Our consultants have a double life: Michel Jurine

Date
25 August 2022

Share a part of the life of our collaborators by discovering their hobbies! This month, let's talk about Michel Jurine, consultant for our Advisory business unit, and his passion for woodworking.

Double vie MJU 1 

What is your double life?

I love working with wood in all its forms, from the construction of large structures (for example a carport or a "wood yard"), to the realization of small objects in fine woodworking or turning (boxes, pocket bowls, ...).

 

When and how did you start?

Since I was a little kid, I always "bugged" my dad by taking his tools to "waste" nails and pieces of wood to build knight swords or sets for my toy soldier battles (there were no video games back then... 😉).

But I got serious about it after my studies, when I was able to set up a workshop in my first house: buying the first tools and electroportable equipment, then installing workshop machines before investing, a dozen years ago, in professional machines (wood combo, band saw, lathe, mortiser, routers, etc.)!

 

What do you like about this hobby?

Without a doubt: being in contact with the material. And the magic of transforming it from a raw state, to a "tamed" state, not to say "domesticated". Besides, wood is a material that keeps a life of its own, under the influence of humidity, light, temperature... or even small bugs or micro-fungi, for example 😉

This teaches me to create, to use what nature has already produced and add a functional utility or an artistic side to it.

I also like to give new life to deteriorated objects, trinkets or furniture, to which it is necessary to replace an element (a molding, a handle, ...), or to apply a more "surgical" treatment (replace a turned leg of old table for example).

 

And in your daily life, how does your passion fit in?

In two very different ways:

  • The first takes the form of "big projects": the carport for example, a structure built in beams and rafters, which had to be conceived as a complete project in response to a defined need, has precise mechanical constraints, must be able to withstand meteorological hazards for example, yet should be elegant, so as not to be limited to a "plain" roof on 4 posts...
  • The second one is much freer: after an intense day, an evening of woodturning in the workshop, starting with a plane tree head that turns into a cup.

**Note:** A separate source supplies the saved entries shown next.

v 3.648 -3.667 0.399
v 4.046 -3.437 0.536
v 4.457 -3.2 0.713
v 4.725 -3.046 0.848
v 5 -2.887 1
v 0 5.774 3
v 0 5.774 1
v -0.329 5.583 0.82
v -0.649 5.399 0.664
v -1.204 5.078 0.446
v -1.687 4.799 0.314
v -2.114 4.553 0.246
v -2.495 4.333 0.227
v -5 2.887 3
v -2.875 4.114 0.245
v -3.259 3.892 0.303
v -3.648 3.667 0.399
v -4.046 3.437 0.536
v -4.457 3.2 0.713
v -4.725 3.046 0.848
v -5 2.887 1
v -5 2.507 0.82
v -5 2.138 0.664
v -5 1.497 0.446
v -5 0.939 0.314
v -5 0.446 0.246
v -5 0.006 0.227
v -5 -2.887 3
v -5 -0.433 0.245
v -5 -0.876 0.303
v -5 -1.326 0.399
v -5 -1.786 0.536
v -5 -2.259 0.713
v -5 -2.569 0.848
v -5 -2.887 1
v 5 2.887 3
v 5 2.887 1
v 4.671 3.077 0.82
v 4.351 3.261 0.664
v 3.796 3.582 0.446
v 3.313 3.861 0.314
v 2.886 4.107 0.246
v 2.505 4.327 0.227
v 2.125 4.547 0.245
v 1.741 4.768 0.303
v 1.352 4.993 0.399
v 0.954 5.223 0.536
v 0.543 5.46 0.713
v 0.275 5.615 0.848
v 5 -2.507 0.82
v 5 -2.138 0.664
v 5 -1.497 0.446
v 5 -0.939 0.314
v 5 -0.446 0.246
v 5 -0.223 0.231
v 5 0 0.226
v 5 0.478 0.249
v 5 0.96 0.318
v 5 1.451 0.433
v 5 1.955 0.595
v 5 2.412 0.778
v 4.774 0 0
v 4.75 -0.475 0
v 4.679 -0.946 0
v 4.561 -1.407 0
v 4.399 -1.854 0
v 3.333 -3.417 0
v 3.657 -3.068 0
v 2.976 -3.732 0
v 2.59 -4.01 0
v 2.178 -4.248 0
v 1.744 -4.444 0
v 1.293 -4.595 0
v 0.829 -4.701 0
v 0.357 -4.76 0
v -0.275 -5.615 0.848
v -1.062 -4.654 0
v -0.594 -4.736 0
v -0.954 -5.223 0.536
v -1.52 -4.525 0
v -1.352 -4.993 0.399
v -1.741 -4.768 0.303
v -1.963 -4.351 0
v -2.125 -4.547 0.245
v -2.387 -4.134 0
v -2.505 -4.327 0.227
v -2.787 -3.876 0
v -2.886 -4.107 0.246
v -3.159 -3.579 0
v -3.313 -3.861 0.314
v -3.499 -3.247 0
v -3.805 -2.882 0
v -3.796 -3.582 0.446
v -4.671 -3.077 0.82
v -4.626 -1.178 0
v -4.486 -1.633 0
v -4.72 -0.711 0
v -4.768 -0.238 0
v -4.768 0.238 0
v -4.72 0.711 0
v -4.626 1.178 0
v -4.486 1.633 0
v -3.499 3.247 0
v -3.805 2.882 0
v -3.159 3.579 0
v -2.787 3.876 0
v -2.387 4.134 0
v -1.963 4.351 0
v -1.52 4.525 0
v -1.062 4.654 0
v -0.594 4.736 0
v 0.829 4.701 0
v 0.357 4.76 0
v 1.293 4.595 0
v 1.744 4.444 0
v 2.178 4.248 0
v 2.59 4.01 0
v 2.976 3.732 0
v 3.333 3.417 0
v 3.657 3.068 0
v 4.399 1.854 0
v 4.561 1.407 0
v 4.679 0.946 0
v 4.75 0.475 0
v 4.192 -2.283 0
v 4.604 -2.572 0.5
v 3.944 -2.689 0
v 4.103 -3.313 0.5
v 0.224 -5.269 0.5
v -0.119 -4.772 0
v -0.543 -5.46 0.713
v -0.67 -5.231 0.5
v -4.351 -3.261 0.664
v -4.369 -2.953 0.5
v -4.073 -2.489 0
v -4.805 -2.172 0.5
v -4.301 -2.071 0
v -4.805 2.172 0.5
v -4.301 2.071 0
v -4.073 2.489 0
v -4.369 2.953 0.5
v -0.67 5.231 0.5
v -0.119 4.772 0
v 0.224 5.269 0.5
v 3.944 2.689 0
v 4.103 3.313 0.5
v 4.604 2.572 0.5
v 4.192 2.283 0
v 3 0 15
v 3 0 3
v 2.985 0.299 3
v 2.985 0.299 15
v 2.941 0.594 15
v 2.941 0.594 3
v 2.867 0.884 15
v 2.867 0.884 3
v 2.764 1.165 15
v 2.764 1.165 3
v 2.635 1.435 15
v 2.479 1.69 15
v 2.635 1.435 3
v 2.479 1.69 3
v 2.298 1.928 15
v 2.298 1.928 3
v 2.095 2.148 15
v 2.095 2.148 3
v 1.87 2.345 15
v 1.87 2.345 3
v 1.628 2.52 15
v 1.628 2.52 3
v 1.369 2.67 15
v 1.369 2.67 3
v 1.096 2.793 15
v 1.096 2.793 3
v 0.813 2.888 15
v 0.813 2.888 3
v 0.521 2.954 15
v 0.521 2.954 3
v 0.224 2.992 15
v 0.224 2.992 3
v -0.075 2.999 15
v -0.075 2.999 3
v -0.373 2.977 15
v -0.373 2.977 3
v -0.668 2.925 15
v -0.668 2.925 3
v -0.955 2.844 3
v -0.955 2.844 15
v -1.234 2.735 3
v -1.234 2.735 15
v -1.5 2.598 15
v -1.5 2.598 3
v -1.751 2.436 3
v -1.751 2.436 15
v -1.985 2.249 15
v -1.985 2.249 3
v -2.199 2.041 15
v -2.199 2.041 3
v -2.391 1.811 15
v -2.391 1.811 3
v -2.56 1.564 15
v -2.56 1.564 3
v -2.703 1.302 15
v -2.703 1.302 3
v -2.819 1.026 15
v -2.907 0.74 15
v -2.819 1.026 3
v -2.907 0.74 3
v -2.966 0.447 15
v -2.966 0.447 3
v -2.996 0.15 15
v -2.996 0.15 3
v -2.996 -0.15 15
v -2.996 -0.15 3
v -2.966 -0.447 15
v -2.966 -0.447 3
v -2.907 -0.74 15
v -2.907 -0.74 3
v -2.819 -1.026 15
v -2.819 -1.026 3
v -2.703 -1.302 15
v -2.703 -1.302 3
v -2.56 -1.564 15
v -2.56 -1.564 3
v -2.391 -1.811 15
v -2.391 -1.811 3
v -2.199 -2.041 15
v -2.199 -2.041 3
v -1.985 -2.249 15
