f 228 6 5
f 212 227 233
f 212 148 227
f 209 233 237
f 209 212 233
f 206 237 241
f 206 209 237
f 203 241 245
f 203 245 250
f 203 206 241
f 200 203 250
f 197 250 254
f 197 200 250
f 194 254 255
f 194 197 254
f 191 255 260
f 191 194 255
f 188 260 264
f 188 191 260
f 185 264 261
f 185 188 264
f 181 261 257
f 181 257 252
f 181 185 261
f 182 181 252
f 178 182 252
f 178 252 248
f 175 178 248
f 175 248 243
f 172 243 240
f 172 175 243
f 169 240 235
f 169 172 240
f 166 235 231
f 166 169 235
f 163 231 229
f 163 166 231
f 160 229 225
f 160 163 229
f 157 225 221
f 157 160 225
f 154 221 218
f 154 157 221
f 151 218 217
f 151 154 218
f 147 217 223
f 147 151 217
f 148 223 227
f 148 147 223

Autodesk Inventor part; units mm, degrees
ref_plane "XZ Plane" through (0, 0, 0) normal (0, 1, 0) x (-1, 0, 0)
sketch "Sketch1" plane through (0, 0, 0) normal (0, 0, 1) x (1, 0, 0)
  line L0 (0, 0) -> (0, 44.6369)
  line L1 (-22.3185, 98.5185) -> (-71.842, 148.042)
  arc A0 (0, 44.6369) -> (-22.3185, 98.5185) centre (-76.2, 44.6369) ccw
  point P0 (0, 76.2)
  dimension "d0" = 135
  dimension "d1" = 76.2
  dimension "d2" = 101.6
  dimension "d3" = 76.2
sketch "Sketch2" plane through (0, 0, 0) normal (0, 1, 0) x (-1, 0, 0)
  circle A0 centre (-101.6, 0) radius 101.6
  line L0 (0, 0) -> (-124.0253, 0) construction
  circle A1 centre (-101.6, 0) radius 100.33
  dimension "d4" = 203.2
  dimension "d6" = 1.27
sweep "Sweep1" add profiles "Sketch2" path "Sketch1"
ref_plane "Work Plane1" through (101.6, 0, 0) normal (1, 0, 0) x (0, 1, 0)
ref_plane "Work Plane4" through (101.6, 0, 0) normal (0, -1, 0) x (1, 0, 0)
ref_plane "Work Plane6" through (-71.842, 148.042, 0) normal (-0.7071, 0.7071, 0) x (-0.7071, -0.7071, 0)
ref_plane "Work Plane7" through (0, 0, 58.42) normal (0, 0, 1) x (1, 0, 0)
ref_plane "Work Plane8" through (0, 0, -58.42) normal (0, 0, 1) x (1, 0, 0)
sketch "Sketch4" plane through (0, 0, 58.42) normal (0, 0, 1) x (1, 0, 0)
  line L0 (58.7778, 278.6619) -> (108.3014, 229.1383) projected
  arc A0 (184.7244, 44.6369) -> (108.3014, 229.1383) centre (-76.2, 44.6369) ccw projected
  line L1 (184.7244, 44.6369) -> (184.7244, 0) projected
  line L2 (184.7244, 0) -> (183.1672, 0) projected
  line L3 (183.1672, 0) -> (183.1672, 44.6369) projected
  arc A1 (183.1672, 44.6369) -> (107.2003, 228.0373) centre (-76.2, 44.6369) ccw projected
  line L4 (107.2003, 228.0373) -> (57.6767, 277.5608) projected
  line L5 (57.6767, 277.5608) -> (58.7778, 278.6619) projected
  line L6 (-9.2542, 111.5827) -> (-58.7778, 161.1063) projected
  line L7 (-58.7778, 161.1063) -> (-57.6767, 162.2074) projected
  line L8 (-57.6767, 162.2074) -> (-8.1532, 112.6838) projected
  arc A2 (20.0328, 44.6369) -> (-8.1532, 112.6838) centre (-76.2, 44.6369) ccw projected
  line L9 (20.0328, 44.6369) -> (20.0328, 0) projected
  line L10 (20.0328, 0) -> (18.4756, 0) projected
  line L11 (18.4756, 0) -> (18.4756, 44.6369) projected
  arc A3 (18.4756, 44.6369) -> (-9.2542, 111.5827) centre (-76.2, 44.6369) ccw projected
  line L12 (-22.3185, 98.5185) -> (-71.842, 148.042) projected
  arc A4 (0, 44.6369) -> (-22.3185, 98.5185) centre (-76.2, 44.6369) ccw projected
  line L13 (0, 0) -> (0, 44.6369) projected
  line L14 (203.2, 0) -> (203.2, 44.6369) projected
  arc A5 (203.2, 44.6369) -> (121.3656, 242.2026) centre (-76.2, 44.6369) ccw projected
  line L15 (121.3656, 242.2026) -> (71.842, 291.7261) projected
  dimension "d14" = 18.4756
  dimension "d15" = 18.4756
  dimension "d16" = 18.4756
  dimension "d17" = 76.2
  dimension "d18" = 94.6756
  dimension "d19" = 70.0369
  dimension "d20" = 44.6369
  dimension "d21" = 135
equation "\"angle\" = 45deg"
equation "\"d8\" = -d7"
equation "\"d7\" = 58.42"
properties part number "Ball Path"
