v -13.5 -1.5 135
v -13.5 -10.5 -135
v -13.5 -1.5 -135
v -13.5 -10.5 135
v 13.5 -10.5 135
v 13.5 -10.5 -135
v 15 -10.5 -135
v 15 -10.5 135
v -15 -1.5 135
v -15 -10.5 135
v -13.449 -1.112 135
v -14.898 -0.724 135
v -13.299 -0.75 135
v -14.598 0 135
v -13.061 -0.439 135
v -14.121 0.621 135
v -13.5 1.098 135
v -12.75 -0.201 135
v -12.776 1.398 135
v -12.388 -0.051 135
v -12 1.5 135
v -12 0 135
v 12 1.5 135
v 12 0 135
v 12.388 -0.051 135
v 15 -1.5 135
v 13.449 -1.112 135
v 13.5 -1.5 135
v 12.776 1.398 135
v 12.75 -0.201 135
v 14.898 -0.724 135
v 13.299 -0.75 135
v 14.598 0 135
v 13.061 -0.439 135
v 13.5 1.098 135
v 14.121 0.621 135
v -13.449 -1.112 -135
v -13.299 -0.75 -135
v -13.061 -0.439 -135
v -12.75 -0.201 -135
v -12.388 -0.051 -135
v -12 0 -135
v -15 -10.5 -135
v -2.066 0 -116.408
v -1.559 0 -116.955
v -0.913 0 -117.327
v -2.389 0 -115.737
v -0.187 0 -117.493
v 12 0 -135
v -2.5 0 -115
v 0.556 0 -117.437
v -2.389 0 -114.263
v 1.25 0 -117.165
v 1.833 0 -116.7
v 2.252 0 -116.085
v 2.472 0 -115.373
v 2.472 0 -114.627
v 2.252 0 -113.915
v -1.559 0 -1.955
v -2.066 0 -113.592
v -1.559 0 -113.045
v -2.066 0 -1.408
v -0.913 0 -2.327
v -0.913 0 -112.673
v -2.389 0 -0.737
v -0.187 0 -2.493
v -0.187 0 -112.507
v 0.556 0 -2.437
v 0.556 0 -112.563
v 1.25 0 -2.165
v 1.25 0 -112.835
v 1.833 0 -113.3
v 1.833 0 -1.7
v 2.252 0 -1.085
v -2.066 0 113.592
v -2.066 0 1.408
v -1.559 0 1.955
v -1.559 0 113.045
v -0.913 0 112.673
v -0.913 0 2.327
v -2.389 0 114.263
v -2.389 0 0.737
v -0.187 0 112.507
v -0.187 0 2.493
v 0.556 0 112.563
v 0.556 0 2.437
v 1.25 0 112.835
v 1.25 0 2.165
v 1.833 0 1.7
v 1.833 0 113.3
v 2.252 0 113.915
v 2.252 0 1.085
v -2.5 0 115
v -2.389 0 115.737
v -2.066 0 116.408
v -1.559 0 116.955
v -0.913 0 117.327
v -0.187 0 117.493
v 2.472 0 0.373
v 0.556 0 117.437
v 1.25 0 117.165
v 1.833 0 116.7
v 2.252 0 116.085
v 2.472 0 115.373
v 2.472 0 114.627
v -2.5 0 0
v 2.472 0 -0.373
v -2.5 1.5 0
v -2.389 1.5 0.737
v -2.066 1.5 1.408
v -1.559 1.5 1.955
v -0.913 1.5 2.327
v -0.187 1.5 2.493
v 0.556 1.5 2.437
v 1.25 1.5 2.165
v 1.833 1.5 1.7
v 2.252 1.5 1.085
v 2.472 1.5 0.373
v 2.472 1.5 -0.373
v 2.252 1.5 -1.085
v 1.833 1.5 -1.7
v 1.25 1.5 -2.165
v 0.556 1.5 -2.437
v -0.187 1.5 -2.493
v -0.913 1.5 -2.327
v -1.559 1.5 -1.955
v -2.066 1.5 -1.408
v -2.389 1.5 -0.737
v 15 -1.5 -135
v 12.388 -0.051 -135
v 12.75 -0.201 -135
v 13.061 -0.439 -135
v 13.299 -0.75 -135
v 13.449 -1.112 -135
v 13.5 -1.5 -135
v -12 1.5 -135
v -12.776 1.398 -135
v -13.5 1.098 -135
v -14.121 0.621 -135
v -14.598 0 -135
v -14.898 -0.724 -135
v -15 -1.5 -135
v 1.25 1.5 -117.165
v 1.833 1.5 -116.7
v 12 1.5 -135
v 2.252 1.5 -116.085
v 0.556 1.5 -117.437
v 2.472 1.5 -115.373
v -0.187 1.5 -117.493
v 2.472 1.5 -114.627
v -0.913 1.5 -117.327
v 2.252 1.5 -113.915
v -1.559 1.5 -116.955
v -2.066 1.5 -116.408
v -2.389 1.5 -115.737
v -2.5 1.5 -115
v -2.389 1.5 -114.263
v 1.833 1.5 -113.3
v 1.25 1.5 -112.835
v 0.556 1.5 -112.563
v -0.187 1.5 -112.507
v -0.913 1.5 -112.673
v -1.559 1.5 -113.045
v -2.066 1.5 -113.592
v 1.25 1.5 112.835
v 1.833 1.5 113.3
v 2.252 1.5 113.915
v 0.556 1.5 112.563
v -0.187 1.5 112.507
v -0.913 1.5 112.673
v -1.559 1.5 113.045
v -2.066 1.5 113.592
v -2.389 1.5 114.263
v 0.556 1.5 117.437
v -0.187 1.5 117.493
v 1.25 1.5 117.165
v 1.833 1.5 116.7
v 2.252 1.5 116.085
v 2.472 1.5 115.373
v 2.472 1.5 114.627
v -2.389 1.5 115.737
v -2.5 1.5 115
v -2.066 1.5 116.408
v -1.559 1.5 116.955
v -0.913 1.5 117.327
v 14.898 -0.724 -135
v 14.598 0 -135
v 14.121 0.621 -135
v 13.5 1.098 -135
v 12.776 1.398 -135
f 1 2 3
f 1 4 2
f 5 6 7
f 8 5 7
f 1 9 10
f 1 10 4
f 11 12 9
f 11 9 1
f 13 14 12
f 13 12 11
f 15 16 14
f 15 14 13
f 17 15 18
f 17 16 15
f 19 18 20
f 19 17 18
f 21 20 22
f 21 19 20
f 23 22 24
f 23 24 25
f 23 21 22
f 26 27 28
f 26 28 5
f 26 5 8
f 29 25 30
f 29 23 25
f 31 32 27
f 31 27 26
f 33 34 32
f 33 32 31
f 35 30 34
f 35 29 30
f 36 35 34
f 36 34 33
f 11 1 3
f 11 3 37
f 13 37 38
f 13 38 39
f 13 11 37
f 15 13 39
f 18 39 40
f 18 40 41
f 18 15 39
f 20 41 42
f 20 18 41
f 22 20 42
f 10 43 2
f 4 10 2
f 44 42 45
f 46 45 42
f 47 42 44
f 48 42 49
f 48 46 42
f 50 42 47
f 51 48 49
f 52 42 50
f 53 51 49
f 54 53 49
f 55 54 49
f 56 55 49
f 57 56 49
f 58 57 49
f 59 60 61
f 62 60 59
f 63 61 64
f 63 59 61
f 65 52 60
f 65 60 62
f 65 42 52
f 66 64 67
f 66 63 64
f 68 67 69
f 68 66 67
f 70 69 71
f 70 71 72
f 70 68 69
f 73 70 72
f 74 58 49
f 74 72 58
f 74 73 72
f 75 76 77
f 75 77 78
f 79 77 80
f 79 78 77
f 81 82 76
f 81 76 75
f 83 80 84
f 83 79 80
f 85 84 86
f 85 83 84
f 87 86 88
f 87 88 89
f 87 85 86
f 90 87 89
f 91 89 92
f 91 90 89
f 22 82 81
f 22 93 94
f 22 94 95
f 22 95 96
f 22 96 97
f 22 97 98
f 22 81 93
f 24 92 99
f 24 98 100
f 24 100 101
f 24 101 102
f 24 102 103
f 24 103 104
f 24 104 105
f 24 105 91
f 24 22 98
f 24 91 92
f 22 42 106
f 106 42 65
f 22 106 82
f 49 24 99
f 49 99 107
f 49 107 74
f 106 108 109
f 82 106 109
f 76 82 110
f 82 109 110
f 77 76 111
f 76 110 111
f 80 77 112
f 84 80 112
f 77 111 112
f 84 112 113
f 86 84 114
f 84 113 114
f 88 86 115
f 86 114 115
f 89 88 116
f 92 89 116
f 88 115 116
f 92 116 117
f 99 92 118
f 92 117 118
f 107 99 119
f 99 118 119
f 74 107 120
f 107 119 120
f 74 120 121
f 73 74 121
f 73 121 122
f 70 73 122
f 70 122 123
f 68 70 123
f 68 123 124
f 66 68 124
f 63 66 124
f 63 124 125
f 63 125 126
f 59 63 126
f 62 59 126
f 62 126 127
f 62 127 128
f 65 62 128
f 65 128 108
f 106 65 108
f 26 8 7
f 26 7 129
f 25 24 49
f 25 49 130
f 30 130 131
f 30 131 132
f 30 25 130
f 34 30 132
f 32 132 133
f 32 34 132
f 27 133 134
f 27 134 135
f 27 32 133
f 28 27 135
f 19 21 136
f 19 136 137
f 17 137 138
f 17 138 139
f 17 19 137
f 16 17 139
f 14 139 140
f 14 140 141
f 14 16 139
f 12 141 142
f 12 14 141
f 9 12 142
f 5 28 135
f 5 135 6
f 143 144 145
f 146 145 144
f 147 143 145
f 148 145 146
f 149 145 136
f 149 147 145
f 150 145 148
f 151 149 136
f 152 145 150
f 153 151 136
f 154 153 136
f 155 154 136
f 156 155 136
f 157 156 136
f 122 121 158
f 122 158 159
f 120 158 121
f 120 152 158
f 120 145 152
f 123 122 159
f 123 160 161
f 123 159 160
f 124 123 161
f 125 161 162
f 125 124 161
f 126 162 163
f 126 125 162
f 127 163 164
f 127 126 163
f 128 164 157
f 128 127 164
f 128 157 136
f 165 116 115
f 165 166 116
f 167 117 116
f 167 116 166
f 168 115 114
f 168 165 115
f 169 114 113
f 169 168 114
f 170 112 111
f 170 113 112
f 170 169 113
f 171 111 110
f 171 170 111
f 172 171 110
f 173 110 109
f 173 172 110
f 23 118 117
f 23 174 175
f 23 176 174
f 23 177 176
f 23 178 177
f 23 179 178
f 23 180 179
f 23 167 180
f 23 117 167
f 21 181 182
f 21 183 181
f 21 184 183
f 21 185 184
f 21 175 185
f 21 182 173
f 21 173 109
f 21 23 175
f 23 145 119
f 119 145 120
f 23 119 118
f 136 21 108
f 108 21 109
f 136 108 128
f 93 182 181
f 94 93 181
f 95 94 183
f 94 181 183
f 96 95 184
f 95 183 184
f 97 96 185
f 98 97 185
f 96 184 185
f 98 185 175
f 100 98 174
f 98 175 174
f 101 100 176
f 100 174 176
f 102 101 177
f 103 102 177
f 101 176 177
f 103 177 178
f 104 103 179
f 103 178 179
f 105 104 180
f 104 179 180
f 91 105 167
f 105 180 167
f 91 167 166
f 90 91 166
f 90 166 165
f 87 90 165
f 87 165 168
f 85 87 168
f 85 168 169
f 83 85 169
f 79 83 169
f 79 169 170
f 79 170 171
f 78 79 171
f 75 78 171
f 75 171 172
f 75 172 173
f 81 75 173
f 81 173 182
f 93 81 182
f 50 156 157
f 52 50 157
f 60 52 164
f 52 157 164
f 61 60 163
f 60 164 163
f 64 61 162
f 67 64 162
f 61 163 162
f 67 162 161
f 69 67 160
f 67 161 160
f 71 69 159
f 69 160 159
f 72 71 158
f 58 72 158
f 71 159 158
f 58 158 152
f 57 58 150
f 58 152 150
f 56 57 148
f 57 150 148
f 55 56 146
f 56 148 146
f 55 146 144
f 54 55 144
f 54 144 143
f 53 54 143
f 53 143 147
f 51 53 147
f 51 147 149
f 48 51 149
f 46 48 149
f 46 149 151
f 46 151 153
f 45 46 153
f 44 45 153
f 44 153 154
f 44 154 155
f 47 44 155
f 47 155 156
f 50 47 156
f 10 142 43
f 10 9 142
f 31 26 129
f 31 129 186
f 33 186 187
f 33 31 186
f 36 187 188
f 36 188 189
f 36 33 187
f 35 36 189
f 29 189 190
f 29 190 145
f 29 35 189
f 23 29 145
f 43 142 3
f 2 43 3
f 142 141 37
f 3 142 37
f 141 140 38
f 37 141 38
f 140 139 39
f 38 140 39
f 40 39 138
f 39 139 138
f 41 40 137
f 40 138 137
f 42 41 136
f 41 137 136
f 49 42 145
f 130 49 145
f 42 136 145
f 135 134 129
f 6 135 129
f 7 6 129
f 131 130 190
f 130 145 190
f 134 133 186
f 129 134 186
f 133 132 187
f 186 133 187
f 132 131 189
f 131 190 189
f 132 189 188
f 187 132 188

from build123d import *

# Parameters (mm, degrees)
SM_BASE_FLANGE_1_DEPTH = 135
SKETCH_2_R             = 2.5
CUT_EXTRUDE_1_DEPTH    = 10


# Sheet-metal steps are written as plain solids
with BuildPart() as part:
    # Sketch 1 → Базовая кромка1 (new, symmetric)
    with BuildSketch(Plane.XY):
        with BuildLine():
            Line((-13.5, -10.5), (-13.5, -1.5))
            ThreePointArc((-13.5, -1.5), (-13.060660172, -0.439339828), (-12, 0))
            Line((-12, 0), (12, 0))
            ThreePointArc((12, 0), (13.060660172, -0.439339828), (13.5, -1.5))
            Line((13.5, -1.5), (13.5, -10.5))
            Line((13.5, -10.5), (15, -10.5))
            Line((15, -10.5), (15, -1.5))
            ThreePointArc((15, -1.5), (14.121320344, 0.621320344), (12, 1.5))
            Line((12, 1.5), (-12, 1.5))
            ThreePointArc((-12, 1.5), (-14.121320344, 0.621320344), (-15, -1.5))
            Line((-15, -1.5), (-15, -10.5))
            Line((-15, -10.5), (-13.5, -10.5))
        make_face()
    extrude(amount=SM_BASE_FLANGE_1_DEPTH, both=True)

    # Sketch 2 → Вырез-Вытянуть1 (cut)
    with BuildSketch(Plane(origin=(0, 1.5, 0), x_dir=(1, 0, 0), z_dir=(0, 1, 0))):
        with Locations(Location((0, 0, 0), (0, 0, 180))):
            Circle(SKETCH_2_R)
        with Locations((0, 460)):
            Circle(SKETCH_2_R)
        with Locations(Location((0, -115, 0), (0, 0, 180))):
            Circle(SKETCH_2_R)
        with Locations((0, -230)):
            Circle(SKETCH_2_R)
        with Locations((0, -345)):
            Circle(SKETCH_2_R)
        with Locations((0, -460)):
            Circle(SKETCH_2_R)
        with Locations(Location((0, 115, 0), (0, 0, 180))):
            Circle(SKETCH_2_R)
        with Locations((0, 230)):
            Circle(SKETCH_2_R)
        with Locations((0, 345)):
            Circle(SKETCH_2_R)
    extrude(amount=-CUT_EXTRUDE_1_DEPTH, mode=Mode.SUBTRACT)


solid = part.part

I really like this second approach which teaches you to work in a totally different posture from the professional one, sometimes in a completely intuitive way, without any method, without any objective, by letting yourself be guided by what the material reveals as the tools work... It's tiring for the wrist, but it's a great way to rest your head!

 

Have you acquired skills that you use in your professional life?Double vie MJU 2

The concern for observation, for the environment, for the problem, for the team, for the project on which we intervene. Like a material that we work with, the environment reacts and we must constantly adapt to it to make it evolve in the desired direction.

The "agile" mode of operation at its finest... from an initial idea to its implementation, sometimes in the form of a prototype, often through a succession of trials and errors.

Or, on the other hand, to produce a series of complex objects, for example, the design and implementation of templates, a manufacturing range, a rigorous sequence to achieve a reproducible result corresponding to a specific need.

And then a certain sense of pedagogy, the satisfaction of transmitting a know-how or an expertise and of accompanying progress and the acquisition of sensations which guarantee an intense satisfaction as soon as one obtains results, however modest they may be...

 

Thank you Michel for answering our questions!